What I’m playing now and in the future
To be honest, I’m on a hiatus from 4X games until the next wave arrives. Mostly I’ve been indulging my inner Warhammer-geek by playing far too much Vermintide 2 for my own good. If you have any interest in Left 4 Dead-style cooperative FPS games – Vermintide is a blast. Pay no attention to the people complaining about loot drop rates and weapon balance. This is a cooperative game – play it for the moment.
I’m also really digging Star Traders: Frontier, which is a starship sandbox game (imagine playing Han Solo’s life as a smuggler) from the Trease Brothers. It’s simple but well executed, with elements of Halcyon 6 (also good) and Darkest Dungeon (also good). Reminds me a lot of the X-series of games (also pretty good) but without the first person space sim / flight simulation bits.
Beyond that, I’ve been diving back into board games. I still maintain that strategy video game designers have a lot to learn from board games – particularly when it comes to creating interesting gameplay arcs and victory conditions. Recent favorites include Root, A Study in Emerald (cthulhu meets Sherlock Holmes), Yellow & Yangtze (a civ-building abstract), and Iron Curtain (fight the Cold War in 15 minutes). Good stuff. Root in particular is a rather amazing combination of counter-insurgency inspired wargames (COIN-series) with a woodland animal theme (think Redwall book series). Root boasts an amazing production value, highly asymmetric factions, and lots of negotiation across the table. Puurrrrfect.

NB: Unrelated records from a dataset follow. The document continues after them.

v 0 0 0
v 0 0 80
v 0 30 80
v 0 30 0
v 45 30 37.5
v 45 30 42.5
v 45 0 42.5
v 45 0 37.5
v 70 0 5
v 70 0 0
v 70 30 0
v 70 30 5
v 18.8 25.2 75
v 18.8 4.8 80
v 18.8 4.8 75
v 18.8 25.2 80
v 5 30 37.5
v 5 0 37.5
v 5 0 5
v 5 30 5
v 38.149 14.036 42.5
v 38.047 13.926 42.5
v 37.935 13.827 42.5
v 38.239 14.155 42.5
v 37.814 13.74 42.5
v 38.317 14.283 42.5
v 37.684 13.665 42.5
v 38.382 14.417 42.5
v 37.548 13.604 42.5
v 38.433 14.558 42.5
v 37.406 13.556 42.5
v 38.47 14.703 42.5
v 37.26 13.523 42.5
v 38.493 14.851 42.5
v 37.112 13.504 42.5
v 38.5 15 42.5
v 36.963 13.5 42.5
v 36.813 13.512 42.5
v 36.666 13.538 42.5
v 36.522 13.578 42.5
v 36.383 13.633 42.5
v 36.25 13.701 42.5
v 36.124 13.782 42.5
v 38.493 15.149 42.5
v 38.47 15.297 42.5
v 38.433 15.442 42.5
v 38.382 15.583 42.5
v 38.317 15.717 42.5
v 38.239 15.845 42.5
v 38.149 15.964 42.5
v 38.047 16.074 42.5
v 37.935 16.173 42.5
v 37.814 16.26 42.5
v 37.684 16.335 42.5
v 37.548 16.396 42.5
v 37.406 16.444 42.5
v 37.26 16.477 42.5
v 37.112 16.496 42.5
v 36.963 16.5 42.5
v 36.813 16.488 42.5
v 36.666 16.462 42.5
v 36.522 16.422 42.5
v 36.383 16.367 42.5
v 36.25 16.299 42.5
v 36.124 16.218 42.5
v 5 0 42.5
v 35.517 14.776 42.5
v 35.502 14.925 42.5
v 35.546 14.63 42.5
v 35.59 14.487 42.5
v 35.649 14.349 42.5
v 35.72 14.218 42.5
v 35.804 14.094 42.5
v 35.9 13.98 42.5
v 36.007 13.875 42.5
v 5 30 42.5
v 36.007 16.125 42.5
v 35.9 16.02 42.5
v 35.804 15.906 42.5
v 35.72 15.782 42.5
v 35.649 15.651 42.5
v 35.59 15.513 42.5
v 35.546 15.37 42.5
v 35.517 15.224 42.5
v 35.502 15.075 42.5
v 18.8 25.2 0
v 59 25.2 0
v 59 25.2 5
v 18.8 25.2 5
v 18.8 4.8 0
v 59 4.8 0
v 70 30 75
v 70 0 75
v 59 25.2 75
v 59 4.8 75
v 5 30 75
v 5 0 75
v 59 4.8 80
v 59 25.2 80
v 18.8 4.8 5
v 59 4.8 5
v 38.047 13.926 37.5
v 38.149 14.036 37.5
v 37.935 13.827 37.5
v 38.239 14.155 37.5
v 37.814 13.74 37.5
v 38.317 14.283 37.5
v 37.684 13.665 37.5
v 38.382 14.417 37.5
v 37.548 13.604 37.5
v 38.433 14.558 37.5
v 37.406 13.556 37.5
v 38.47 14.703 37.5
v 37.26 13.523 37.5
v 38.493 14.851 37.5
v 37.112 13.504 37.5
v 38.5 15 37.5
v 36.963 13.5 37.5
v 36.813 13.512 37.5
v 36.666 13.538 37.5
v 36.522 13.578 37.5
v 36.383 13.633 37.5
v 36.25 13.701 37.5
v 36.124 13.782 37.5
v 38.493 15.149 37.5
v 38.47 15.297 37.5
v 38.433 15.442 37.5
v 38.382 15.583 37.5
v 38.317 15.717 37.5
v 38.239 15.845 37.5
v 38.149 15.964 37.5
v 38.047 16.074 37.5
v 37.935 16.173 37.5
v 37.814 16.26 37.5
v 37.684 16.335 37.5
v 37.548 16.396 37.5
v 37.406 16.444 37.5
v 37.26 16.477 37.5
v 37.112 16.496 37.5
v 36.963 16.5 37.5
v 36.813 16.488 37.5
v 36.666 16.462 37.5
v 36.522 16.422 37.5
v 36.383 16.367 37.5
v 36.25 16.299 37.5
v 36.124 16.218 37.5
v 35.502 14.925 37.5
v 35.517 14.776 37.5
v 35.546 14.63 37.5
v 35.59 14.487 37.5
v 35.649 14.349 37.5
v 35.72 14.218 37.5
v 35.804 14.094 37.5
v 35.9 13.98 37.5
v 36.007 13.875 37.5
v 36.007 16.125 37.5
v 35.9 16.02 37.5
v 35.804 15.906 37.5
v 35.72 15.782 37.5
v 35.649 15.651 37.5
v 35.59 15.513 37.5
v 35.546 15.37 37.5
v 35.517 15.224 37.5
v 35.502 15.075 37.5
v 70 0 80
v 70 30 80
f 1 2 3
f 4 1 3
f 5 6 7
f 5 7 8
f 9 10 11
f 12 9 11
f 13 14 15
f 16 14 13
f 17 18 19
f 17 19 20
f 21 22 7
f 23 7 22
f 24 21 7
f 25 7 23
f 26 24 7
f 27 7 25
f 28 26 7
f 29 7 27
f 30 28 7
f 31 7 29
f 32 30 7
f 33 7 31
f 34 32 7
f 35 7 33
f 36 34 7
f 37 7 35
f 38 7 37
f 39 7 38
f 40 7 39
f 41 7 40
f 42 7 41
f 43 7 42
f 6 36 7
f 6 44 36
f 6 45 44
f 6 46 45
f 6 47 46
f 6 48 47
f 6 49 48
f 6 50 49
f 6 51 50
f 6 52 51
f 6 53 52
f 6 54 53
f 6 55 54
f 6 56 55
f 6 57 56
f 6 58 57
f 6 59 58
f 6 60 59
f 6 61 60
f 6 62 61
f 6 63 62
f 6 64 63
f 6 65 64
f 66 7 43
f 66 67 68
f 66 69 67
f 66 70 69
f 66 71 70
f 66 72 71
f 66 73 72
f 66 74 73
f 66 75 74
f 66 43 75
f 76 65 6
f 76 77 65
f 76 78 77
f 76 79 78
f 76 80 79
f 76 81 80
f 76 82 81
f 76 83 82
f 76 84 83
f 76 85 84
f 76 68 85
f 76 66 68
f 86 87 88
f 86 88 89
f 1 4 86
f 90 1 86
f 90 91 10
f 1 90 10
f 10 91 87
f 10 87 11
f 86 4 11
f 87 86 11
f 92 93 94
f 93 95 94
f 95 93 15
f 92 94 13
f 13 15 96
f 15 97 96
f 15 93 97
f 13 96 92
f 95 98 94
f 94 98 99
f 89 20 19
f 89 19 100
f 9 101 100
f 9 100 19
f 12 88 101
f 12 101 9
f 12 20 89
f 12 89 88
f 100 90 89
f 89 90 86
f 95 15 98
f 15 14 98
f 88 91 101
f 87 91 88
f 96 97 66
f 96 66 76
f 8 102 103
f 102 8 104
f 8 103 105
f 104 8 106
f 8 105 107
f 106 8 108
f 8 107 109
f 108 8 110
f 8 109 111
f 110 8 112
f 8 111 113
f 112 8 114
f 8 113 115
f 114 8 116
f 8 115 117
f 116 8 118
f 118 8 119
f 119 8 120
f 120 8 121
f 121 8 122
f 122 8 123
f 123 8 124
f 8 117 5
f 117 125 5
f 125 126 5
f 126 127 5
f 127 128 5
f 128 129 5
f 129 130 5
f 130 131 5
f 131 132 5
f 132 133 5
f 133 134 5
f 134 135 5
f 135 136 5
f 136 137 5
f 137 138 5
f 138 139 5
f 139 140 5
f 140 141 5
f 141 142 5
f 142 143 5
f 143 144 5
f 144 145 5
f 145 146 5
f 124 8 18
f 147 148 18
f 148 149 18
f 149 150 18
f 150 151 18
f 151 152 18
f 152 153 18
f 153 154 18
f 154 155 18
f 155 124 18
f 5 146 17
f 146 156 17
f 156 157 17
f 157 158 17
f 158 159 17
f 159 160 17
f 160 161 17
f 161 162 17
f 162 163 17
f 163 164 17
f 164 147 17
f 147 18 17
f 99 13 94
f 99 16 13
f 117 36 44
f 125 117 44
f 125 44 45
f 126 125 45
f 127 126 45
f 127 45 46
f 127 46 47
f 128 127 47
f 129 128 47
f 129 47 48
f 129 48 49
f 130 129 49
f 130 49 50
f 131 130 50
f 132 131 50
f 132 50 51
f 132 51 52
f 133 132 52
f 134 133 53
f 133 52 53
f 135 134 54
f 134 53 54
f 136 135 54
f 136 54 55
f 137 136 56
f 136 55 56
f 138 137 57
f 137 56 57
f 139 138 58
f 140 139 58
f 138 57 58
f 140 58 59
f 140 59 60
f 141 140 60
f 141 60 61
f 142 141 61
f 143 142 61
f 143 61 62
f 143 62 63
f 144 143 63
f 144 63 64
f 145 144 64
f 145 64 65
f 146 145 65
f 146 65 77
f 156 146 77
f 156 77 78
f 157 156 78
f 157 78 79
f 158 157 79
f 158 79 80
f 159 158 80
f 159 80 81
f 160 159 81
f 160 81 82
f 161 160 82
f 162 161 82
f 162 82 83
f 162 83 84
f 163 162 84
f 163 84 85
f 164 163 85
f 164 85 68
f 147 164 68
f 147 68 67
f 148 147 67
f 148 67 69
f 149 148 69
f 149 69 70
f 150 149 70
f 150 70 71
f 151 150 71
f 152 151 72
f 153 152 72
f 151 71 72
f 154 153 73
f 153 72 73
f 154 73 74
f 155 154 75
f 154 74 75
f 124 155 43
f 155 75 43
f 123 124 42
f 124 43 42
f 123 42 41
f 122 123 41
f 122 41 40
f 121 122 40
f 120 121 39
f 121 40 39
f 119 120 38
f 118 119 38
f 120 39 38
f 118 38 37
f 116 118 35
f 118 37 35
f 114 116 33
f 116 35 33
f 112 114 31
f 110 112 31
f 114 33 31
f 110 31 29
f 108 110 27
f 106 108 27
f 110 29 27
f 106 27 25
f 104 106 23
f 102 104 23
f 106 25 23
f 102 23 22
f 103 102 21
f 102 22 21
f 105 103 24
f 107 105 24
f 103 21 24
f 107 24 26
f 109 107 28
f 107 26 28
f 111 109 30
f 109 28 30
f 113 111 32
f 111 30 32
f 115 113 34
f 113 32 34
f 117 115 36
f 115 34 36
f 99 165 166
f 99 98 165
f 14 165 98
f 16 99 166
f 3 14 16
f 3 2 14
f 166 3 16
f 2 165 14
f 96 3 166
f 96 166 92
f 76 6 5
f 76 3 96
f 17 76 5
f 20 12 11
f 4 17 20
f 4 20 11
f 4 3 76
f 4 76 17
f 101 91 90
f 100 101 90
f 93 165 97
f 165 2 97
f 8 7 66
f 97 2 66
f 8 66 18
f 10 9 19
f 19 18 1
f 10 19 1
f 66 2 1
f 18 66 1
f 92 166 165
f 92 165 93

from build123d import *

# Parameters (mm, degrees)
SKETCH_1_W          = 70
SKETCH_1_H          = 30
EXTRUDE_1_DEPTH     = 5
SKETCH_2_W          = 5
SKETCH_2_H          = 30
EXTRUDE_2_DEPTH     = 75
SKETCH_3_W          = 5
SKETCH_3_H          = 30
EXTRUDE_3_DEPTH     = 65
SKETCH_4_W          = 5
SKETCH_4_H          = 30
EXTRUDE_4_DEPTH     = 40
CUT_EXTRUDE_3_REACH = 112.454
SKETCH_6_W          = 40.2
SKETCH_6_H          = 20.4
CUT_EXTRUDE_4_REACH = 112.454
SKETCH_7_W          = 40.2
SKETCH_7_H          = 20.4
CUT_EXTRUDE_5_REACH = 89.214
SKETCH_5_R          = 1.5


with BuildPart() as part:
    # 草图1 → 凸台-拉伸1 (new body)
    with BuildSketch(Plane.XY):
        with Locations((35, 15)):
            Rectangle(SKETCH_1_W, SKETCH_1_H)
    extrude(amount=EXTRUDE_1_DEPTH)

    # 草图2 → 凸台-拉伸2 (add)
    with BuildSketch(Plane.XY.offset(5)):
        with Locations((2.5, 15)):
            Rectangle(SKETCH_2_W, SKETCH_2_H)
    extrude(amount=EXTRUDE_2_DEPTH)

    # 草图3 → 凸台-拉伸3 (add)
    with BuildSketch(Plane(origin=(5, 0, 0), x_dir=(0, 0, -1), z_dir=(1, 0, 0))):
        with Locations((-77.5, 15)):
            Rectangle(SKETCH_3_W, SKETCH_3_H)
    extrude(amount=EXTRUDE_3_DEPTH)

    # 草图4 → 凸台-拉伸4 (add)
    with BuildSketch(Plane(origin=(5, 0, 0), x_dir=(0, 0, -1), z_dir=(1, 0, 0))):
        with Locations((-40, 15)):
            Rectangle(SKETCH_4_W, SKETCH_4_H)
    extrude(amount=EXTRUDE_4_DEPTH)

    # 草图6 → 切除-拉伸3 (cut, up to next)
    with BuildSketch(Plane(origin=(0, 0, 0), x_dir=(-1, 0, 0), z_dir=(0, 0, -1)), mode=Mode.PRIVATE) as cut_extrude_3_sk1:
        with Locations((-38.9, 15)):
            Rectangle(SKETCH_6_W, SKETCH_6_H)
    cut_extrude_3_tool1 = extrude(cut_extrude_3_sk1.sketch, amount=-CUT_EXTRUDE_3_REACH, mode=Mode.PRIVATE) & part.part
    add(cut_extrude_3_tool1.solids().sort_by_distance((38.9, 15, 0))[0], mode=Mode.SUBTRACT)

    # 草图7 → 切除-拉伸4 (cut, up to next)
    with BuildSketch(Plane.XY.offset(80), mode=Mode.PRIVATE) as cut_extrude_4_sk1:
        with Locations((38.9, 15)):
            Rectangle(SKETCH_7_W, SKETCH_7_H)
    cut_extrude_4_tool1 = extrude(cut_extrude_4_sk1.sketch, amount=-CUT_EXTRUDE_4_REACH, mode=Mode.PRIVATE) & part.part
    add(cut_extrude_4_tool1.solids().sort_by_distance((38.9, 15, 80))[0], mode=Mode.SUBTRACT)

    # 草图5 → 切除-拉伸5 (cut, up to next)
    with BuildSketch(Plane.XY.offset(42.5), mode=Mode.PRIVATE) as cut_extrude_5_sk1:
        with Locations((37, 15)):
            Circle(SKETCH_5_R)
    cut_extrude_5_tool1 = extrude(cut_extrude_5_sk1.sketch, amount=-CUT_EXTRUDE_5_REACH, mode=Mode.PRIVATE) & part.part
    add(cut_extrude_5_tool1.solids().sort_by_distance((37, 15, 42.5))[0], mode=Mode.SUBTRACT)


solid = part.part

As for the future of 4X games, the picture is a little grim overall, but there are a few bright spots on the horizon. I’m impressed by what I’ve seen (and played) of Interstellar Space: Genesis. The game falls within the traditional 4X paradigm (i.e. MoO2-derivative) but it has a lot of unique ideas under the hood. But while the individual systems demonstrate some needed innovation, I nevertheless worry about the overall feeling of the game and whether there will be interesting victory systems to provide a more novel experience. Regardless, it may indeed fill the role SD2 attempted in being the MoO successor we can all point to. Or maybe it will be Dominus Galaxia. That one also has some clever ideas in the works. Fingers-crossed.
Of course, what I’m most excited about is Age of Wonders: Planetall. I feel like Triumph Studios “gets” what it takes to create challenging and interesting strategic depth in their games. I’m excited about the many ideas they are bringing forth that build on AoW3’s strongest points. AoW3 – more than most other games, had clever victory systems with the Seals and Beacon victory conditions, and I really hope they build something even more novel for Planetfall.
My fingers are double-crossed – not just for Planetfall, but for all of the 4X genre.